In your program, you are examining two somewhat different notions of equality: bitwise implementation identity (two pointers being to exactly the same address) versus another kind of equality based on object identity, which allows two views on the same object, through references of different static type, to be properly regarded as referencing the same object.

These differently typed views use pointers which do not have the same address value, because they latch on to different parts of the object. The compiler knows this and so it generates the correct code for the equality comparison which takes into account this offset.

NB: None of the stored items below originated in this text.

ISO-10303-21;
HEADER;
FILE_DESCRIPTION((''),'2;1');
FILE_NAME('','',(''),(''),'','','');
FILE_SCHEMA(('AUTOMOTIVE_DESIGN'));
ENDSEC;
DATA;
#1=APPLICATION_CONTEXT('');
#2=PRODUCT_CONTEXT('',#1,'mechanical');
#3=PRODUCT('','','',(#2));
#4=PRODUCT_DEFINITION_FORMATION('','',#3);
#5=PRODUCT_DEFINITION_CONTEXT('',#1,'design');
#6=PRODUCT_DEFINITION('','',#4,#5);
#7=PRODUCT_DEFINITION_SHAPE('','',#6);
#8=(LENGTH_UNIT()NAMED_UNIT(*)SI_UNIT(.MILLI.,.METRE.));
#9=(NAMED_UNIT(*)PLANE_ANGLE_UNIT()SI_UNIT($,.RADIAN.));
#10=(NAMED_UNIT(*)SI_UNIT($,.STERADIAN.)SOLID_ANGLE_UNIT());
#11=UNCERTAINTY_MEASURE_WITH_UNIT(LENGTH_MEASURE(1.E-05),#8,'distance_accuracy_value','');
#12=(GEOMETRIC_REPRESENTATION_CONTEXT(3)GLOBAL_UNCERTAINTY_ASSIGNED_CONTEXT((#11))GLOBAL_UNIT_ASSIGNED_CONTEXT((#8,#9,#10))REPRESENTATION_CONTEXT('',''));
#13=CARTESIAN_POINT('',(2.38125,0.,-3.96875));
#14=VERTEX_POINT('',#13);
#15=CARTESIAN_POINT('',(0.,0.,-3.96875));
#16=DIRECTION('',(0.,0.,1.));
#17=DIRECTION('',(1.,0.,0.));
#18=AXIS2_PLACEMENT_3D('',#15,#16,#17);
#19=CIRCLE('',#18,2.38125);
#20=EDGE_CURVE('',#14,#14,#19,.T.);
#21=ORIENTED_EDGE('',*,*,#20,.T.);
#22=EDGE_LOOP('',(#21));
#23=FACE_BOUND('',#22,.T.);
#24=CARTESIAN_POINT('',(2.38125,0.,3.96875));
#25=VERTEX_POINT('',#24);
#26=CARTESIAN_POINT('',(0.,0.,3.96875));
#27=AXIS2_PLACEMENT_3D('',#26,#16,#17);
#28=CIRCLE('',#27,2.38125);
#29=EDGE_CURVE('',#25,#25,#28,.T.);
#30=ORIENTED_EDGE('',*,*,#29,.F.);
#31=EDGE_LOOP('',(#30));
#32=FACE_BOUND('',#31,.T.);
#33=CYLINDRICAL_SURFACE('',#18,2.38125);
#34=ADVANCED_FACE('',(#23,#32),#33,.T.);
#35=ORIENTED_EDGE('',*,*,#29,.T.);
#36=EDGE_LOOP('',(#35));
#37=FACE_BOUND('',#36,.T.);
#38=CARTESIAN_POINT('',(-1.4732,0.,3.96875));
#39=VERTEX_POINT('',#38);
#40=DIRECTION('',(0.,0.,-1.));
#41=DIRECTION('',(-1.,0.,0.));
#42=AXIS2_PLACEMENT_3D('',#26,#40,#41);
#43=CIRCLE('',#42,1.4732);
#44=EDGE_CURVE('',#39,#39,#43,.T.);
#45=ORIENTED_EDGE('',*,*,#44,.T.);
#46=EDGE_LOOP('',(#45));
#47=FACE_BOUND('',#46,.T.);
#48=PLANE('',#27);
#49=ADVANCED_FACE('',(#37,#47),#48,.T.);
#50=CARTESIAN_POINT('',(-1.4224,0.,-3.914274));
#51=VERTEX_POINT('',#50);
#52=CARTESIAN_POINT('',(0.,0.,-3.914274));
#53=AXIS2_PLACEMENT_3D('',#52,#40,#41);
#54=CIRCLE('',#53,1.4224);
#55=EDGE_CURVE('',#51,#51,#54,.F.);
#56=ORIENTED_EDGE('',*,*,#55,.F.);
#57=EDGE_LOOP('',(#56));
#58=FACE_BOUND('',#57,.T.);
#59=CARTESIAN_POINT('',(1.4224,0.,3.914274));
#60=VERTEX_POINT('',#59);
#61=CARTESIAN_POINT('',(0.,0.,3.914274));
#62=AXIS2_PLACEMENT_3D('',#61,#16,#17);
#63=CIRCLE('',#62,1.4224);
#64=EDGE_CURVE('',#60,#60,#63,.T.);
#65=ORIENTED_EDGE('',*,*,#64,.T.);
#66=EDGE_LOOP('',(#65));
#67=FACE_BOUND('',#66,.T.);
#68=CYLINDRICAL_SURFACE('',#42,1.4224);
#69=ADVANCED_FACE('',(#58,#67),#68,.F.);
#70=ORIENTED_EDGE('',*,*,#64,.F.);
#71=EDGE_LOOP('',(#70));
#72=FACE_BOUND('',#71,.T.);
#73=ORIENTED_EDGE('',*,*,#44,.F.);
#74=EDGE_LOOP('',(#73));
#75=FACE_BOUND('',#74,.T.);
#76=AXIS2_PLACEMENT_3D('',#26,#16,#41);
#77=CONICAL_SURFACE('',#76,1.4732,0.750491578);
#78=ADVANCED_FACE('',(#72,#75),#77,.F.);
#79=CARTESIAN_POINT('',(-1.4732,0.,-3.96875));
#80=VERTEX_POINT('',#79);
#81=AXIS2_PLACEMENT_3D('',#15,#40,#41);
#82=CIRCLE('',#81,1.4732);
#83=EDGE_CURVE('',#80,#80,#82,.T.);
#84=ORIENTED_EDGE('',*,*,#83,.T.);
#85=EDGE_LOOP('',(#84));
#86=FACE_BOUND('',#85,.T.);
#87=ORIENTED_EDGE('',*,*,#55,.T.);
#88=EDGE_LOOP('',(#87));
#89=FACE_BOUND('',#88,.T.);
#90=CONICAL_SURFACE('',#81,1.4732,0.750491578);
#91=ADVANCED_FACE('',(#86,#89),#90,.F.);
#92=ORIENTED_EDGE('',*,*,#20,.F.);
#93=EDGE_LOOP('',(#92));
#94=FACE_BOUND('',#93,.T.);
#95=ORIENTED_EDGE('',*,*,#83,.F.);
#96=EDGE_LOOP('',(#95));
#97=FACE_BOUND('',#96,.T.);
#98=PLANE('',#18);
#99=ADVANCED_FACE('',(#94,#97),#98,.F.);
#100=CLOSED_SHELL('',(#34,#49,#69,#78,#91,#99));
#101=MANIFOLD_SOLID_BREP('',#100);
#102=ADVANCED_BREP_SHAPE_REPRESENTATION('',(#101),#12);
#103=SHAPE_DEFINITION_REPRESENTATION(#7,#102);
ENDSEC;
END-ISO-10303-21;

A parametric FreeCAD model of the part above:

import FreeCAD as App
import Part
import Sketcher
Q = App.Units.Quantity


def add_polygon(sketch, points):
    """Adds a closed chain of lines whose ends are joined by coincident constraints."""
    first, n = sketch.GeometryCount, len(points)
    for a, b in zip(points, points[1:] + points[:1]):
        sketch.addGeometry(Part.LineSegment(App.Vector(*a, 0), App.Vector(*b, 0)), False)
    for i in range(n):
        sketch.addConstraint(Sketcher.Constraint("Coincident", first + i, 2, first + (i + 1) % n, 1))

doc = App.newDocument("Part")
body = doc.addObject("PartDesign::Body", "Body")

# Sketch on XY plane
sketch1 = body.newObject("Sketcher::SketchObject", "Sketch")
sketch1.AttachmentSupport = (doc.getObject("XY_Plane"), [""])
sketch1.MapMode = "FlatFace"
sketch1.addGeometry([
    Part.Circle(App.Vector(0, 0, 0), App.Vector(0, 0, 1), 3.175),
    Part.Circle(App.Vector(0, 0, 0), App.Vector(0, 0, 1), 1.4224),
], False)
sketch1.addConstraint([
    Sketcher.Constraint("Coincident", 0, 3, -1, 1),
    Sketcher.Constraint("Coincident", 1, 3, -1, 1),
    Sketcher.Constraint("Diameter", 0, Q("0.25 in")),
    Sketcher.Constraint("Diameter", 1, Q("0.112 in")),
])
pad1 = body.newObject("PartDesign::Pad", "Pad")
pad1.Profile = sketch1
pad1.Type = "TwoLengths"
pad1.Length = Q("0.15625 in")
pad1.Length2 = Q("0.15625 in")

# Sketch on YZ plane
sketch2 = body.newObject("Sketcher::SketchObject", "Sketch001")
sketch2.AttachmentSupport = (doc.getObject("YZ_Plane"), [""])
sketch2.MapMode = "FlatFace"
add_polygon(sketch2, [(0, -3.96875), (1.4732, -3.96875), (0, -2.388936)])  # lines 0-2
sketch2.addConstraint([
    Sketcher.Constraint("Horizontal", 0),
    Sketcher.Constraint("Vertical", 2),
    Sketcher.Constraint("PointOnObject", 1, 2, -2),
    Sketcher.Constraint("Angle", 1, Q("133 deg")),
    Sketcher.Constraint("DistanceX", 0, 1, 0, 2, Q("0.058 in")),
    Sketcher.Constraint("DistanceY", 0, 2, -1, 1, Q("0.15625 in")),
])
groove = body.newObject("PartDesign::Groove", "Groove")
groove.Profile = sketch2
groove.ReferenceAxis = (sketch2, ["V_Axis"])
groove.Angle = 360
doc.recompute()

mirrored = body.newObject("PartDesign::Mirrored", "Mirrored")
mirrored.Originals = [groove]
mirrored.MirrorPlane = (doc.getObject("XY_Plane"), [""])
body.Tip = mirrored

# Sketch on XY plane
sketch3 = body.newObject("Sketcher::SketchObject", "Sketch002")
sketch3.AttachmentSupport = (doc.getObject("XY_Plane"), [""])
sketch3.MapMode = "FlatFace"
sketch3.AttachmentOffset = App.Placement(App.Vector(0, 0, 0.15625 * 25.4), App.Rotation())
add_polygon(sketch3, [(-5.374, 5.374), (-5.374, -5.374), (5.374, -5.374), (5.374, 5.374)])  # lines 0-3
sketch3.addGeometry(Part.Circle(App.Vector(0, 0, 0), App.Vector(0, 0, 1), 2.38125), False)  # 4
sketch3.addConstraint([
    Sketcher.Constraint("Vertical", 0),
    Sketcher.Constraint("Horizontal", 1),
    Sketcher.Constraint("Vertical", 2),
    Sketcher.Constraint("Horizontal", 3),
    Sketcher.Constraint("Coincident", 4, 3, -1, 1),
    Sketcher.Constraint("Symmetric", 0, 2, 2, 2, -1, 1),
    Sketcher.Constraint("Equal", 3, 0),
    Sketcher.Constraint("Diameter", 4, Q("0.1875 in")),
    Sketcher.Constraint("DistanceX", 1, 1, 1, 2, Q("10.748 mm")),
])
pocket1 = body.newObject("PartDesign::Pocket", "Pocket")
pocket1.Profile = sketch3
pocket1.Type = "ThroughAll"

doc.recompute()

It is the structure of objects brought about by inheritance which makes it necessary to have these offsets. When there are multiple bases (thanks to multiple inheritance), only one of those bases can be at the low address of the object, so that the pointer to the base part is the same as the pointer to the derived object. The other base parts are elsewhere in the object.

So, naive, bitwise comparison of pointers would not yield the correct results according to the object-oriented view of the object.

Answer 6

Some good answers here, but there's a short version. "Two objects are the same" does not mean they have the same address. It means putting data into them and taking data out of them is equivalent.